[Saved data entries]

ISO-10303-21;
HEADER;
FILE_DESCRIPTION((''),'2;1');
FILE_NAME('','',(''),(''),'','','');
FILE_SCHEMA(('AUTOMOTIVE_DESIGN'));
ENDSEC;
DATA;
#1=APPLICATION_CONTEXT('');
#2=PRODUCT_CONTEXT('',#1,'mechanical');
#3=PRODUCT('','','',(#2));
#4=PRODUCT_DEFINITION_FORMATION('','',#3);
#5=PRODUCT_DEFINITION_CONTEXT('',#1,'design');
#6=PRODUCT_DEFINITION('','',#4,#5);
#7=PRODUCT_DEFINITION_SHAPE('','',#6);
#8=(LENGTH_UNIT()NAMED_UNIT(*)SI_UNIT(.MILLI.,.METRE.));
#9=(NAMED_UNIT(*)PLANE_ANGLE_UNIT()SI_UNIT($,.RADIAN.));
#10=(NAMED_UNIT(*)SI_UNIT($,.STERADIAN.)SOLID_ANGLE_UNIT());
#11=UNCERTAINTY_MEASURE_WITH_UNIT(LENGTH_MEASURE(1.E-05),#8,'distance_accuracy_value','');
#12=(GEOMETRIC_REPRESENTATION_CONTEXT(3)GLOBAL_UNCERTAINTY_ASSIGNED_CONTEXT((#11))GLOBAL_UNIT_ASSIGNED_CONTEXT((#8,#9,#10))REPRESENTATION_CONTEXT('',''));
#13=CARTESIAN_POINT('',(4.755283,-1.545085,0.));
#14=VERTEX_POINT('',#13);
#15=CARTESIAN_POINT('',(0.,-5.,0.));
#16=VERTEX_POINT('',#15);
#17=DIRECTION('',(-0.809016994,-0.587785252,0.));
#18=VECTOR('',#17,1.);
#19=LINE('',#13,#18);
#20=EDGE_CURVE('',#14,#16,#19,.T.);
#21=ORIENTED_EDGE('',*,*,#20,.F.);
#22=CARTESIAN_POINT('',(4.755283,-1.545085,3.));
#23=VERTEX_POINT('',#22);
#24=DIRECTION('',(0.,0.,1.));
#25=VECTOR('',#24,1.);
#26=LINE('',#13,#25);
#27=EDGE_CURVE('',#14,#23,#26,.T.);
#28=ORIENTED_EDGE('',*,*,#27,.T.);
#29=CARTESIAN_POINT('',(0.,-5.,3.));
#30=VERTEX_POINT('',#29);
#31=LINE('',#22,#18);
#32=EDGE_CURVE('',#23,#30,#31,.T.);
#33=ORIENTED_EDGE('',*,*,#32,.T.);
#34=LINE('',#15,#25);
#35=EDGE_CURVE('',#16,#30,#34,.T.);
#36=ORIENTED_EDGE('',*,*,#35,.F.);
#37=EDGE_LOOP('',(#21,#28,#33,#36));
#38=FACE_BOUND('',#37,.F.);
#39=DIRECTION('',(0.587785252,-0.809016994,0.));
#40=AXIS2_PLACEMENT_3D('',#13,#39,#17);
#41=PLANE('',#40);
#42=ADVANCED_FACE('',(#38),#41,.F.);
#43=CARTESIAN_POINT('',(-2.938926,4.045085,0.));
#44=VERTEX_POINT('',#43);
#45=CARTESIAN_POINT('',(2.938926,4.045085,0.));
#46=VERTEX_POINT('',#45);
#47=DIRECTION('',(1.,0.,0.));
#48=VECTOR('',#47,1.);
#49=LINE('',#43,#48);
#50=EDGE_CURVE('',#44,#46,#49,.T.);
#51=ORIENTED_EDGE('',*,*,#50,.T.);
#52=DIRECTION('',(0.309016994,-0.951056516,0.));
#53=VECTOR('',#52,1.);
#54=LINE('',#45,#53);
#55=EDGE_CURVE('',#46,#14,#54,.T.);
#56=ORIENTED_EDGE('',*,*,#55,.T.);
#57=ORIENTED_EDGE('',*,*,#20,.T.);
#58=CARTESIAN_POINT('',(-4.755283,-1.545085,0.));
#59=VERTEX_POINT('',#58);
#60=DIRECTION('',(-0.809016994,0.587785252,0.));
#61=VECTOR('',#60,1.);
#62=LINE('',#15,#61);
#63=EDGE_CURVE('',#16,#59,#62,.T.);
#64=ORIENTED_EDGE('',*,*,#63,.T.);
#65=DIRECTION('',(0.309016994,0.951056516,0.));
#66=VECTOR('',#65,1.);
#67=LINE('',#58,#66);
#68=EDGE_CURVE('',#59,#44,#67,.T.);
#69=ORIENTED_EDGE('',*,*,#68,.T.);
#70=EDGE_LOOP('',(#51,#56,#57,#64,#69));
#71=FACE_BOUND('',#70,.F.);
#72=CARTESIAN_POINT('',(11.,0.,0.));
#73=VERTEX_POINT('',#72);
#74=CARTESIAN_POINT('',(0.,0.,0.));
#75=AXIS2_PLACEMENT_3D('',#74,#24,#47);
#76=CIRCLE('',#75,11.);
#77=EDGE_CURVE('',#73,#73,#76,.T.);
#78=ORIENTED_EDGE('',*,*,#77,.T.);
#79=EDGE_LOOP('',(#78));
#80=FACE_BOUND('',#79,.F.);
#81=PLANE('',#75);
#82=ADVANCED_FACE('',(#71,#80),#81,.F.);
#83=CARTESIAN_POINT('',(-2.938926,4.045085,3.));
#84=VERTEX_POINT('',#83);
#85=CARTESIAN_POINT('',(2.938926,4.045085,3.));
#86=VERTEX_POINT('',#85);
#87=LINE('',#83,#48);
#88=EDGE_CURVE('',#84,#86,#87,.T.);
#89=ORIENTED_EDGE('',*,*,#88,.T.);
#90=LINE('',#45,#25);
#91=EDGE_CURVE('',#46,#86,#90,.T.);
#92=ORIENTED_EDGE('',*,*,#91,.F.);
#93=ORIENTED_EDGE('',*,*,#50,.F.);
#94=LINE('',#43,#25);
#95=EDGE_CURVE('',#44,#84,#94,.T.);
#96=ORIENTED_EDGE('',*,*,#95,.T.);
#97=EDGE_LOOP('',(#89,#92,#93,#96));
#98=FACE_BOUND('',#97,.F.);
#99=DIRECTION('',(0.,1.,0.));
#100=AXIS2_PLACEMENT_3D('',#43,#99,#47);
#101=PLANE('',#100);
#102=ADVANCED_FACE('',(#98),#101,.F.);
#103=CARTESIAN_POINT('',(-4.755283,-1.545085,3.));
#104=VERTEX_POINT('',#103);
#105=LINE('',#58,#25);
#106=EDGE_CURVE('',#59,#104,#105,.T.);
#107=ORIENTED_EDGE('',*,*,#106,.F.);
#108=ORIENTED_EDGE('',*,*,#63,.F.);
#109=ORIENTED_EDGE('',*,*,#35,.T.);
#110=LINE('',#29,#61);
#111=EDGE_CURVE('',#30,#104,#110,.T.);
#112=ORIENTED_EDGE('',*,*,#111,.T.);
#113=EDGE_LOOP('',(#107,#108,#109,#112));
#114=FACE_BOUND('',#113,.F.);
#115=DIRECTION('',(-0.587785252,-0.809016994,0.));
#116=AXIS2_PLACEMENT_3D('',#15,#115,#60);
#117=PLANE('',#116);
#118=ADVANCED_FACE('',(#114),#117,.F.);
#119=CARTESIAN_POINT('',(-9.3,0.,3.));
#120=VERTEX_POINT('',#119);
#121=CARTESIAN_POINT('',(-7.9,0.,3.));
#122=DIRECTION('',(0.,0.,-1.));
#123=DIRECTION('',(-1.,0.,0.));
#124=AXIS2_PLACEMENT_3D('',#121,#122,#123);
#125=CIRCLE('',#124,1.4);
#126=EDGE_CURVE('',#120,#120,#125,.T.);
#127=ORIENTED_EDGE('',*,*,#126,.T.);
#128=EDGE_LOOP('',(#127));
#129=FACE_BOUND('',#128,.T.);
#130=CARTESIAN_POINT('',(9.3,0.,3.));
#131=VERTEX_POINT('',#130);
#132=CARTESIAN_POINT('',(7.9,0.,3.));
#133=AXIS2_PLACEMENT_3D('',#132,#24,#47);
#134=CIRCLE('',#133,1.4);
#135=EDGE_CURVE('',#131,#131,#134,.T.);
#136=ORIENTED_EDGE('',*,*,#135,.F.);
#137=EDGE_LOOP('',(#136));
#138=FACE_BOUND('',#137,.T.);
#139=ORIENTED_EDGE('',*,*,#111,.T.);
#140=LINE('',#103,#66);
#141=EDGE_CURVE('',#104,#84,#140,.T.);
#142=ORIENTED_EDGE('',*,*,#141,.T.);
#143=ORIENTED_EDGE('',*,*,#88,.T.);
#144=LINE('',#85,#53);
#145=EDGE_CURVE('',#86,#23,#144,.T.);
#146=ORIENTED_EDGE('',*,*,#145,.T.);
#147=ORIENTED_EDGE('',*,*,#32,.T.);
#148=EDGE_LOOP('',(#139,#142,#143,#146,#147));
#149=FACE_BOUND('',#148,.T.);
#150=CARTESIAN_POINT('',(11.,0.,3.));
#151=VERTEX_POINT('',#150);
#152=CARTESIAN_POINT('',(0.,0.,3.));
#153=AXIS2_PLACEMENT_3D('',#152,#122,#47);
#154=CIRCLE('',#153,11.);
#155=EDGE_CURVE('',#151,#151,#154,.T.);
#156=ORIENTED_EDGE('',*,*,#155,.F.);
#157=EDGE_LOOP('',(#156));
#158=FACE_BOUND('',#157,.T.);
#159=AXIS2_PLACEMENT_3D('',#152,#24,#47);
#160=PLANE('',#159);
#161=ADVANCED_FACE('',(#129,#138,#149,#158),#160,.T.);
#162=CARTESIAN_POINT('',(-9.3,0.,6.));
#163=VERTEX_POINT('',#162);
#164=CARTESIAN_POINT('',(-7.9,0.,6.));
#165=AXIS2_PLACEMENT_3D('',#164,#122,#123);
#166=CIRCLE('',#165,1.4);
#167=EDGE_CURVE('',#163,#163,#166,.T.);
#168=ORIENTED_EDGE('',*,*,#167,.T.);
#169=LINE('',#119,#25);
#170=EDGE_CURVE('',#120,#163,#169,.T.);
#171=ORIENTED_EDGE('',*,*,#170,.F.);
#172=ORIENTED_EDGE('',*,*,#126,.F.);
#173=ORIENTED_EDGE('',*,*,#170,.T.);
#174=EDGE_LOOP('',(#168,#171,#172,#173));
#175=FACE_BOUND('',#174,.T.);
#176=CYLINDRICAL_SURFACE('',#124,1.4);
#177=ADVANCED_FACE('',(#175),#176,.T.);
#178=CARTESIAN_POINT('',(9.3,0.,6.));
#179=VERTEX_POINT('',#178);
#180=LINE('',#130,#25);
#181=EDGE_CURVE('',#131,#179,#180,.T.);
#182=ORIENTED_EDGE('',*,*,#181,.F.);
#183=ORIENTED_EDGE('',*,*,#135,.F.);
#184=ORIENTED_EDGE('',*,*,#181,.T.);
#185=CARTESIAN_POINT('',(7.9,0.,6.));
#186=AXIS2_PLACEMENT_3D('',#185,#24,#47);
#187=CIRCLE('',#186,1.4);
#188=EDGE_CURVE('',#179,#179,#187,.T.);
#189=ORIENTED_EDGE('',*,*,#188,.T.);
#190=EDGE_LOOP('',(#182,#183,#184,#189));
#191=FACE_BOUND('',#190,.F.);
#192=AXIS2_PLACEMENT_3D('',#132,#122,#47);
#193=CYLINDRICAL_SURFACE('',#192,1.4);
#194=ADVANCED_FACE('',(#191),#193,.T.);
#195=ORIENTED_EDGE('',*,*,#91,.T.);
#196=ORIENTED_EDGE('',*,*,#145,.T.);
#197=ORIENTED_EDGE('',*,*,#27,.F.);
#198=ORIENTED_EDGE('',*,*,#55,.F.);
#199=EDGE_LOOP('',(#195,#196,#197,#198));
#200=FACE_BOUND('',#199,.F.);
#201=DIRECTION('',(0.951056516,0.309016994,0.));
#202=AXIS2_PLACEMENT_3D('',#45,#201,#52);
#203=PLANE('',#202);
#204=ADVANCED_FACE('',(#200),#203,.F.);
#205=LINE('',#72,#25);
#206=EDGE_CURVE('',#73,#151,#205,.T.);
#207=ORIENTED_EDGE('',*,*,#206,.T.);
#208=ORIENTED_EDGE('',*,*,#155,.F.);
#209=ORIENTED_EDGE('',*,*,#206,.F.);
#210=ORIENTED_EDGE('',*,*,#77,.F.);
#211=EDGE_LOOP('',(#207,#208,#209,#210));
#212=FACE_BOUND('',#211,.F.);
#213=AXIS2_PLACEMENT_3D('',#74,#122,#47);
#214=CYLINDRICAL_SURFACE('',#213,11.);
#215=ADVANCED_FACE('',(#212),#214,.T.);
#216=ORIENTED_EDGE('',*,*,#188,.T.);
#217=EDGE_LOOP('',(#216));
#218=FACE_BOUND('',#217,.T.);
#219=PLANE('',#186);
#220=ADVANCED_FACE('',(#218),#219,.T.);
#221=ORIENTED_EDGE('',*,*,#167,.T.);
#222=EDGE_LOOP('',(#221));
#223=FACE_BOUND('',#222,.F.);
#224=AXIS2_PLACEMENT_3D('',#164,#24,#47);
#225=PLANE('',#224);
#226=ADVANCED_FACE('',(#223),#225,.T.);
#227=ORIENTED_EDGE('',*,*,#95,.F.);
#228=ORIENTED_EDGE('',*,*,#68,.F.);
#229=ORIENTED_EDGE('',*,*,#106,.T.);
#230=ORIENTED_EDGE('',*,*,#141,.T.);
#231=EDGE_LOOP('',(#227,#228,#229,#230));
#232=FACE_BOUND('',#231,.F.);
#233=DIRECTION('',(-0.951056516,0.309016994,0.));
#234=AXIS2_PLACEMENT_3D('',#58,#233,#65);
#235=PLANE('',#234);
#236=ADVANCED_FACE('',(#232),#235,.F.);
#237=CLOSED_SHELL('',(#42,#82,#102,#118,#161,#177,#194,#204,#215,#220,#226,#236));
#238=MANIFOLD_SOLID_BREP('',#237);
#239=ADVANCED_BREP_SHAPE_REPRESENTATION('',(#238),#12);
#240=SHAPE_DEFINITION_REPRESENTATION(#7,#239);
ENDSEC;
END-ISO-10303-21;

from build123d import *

# Parameters (mm, degrees)
F0_R     = 11
F1_DEPTH = 3
F2_R     = 1.4
F3_DEPTH = 3


with BuildPart() as f1:
    # F0 (on Top) → F1 (new body)
    with BuildSketch(Plane.XY):
        Circle(F0_R)
        Polygon((4.7552825815, -1.5450849719), (0, -5), (-4.7552825815, -1.5450849719), (-2.9389262615, 4.0450849719), (2.9389262615, 4.0450849719), align=None, mode=Mode.SUBTRACT)
    extrude(amount=F1_DEPTH)

    # F2 (on face) → F3 (join)
    with BuildSketch(Plane.XY.offset(3)):
        with Locations((7.9, 0)):
            Circle(F2_R)
    extrude(amount=F3_DEPTH)

    # F4: F1 across plane


with BuildPart() as f1_1:
    add(f1.part)
    add(f1.part.mirror(Plane.YZ))


solid = f1_1.part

-- Required action --
From the records above, quote only the lines running from the line with "#10=(NAMED_UNIT(*)SI_UNIT($,.STERADIAN.)SOLID_ANGLE_UNIT());" to the line with "#30=VERTEX_POINT('',#29);", both lines included.

-- Answer to the problem --
#10=(NAMED_UNIT(*)SI_UNIT($,.STERADIAN.)SOLID_ANGLE_UNIT());
#11=UNCERTAINTY_MEASURE_WITH_UNIT(LENGTH_MEASURE(1.E-05),#8,'distance_accuracy_value','');
#12=(GEOMETRIC_REPRESENTATION_CONTEXT(3)GLOBAL_UNCERTAINTY_ASSIGNED_CONTEXT((#11))GLOBAL_UNIT_ASSIGNED_CONTEXT((#8,#9,#10))REPRESENTATION_CONTEXT('',''));
#13=CARTESIAN_POINT('',(4.755283,-1.545085,0.));
#14=VERTEX_POINT('',#13);
#15=CARTESIAN_POINT('',(0.,-5.,0.));
#16=VERTEX_POINT('',#15);
#17=DIRECTION('',(-0.809016994,-0.587785252,0.));
#18=VECTOR('',#17,1.);
#19=LINE('',#13,#18);
#20=EDGE_CURVE('',#14,#16,#19,.T.);
#21=ORIENTED_EDGE('',*,*,#20,.F.);
#22=CARTESIAN_POINT('',(4.755283,-1.545085,3.));
#23=VERTEX_POINT('',#22);
#24=DIRECTION('',(0.,0.,1.));
#25=VECTOR('',#24,1.);
#26=LINE('',#13,#25);
#27=EDGE_CURVE('',#14,#23,#26,.T.);
#28=ORIENTED_EDGE('',*,*,#27,.T.);
#29=CARTESIAN_POINT('',(0.,-5.,3.));
#30=VERTEX_POINT('',#29);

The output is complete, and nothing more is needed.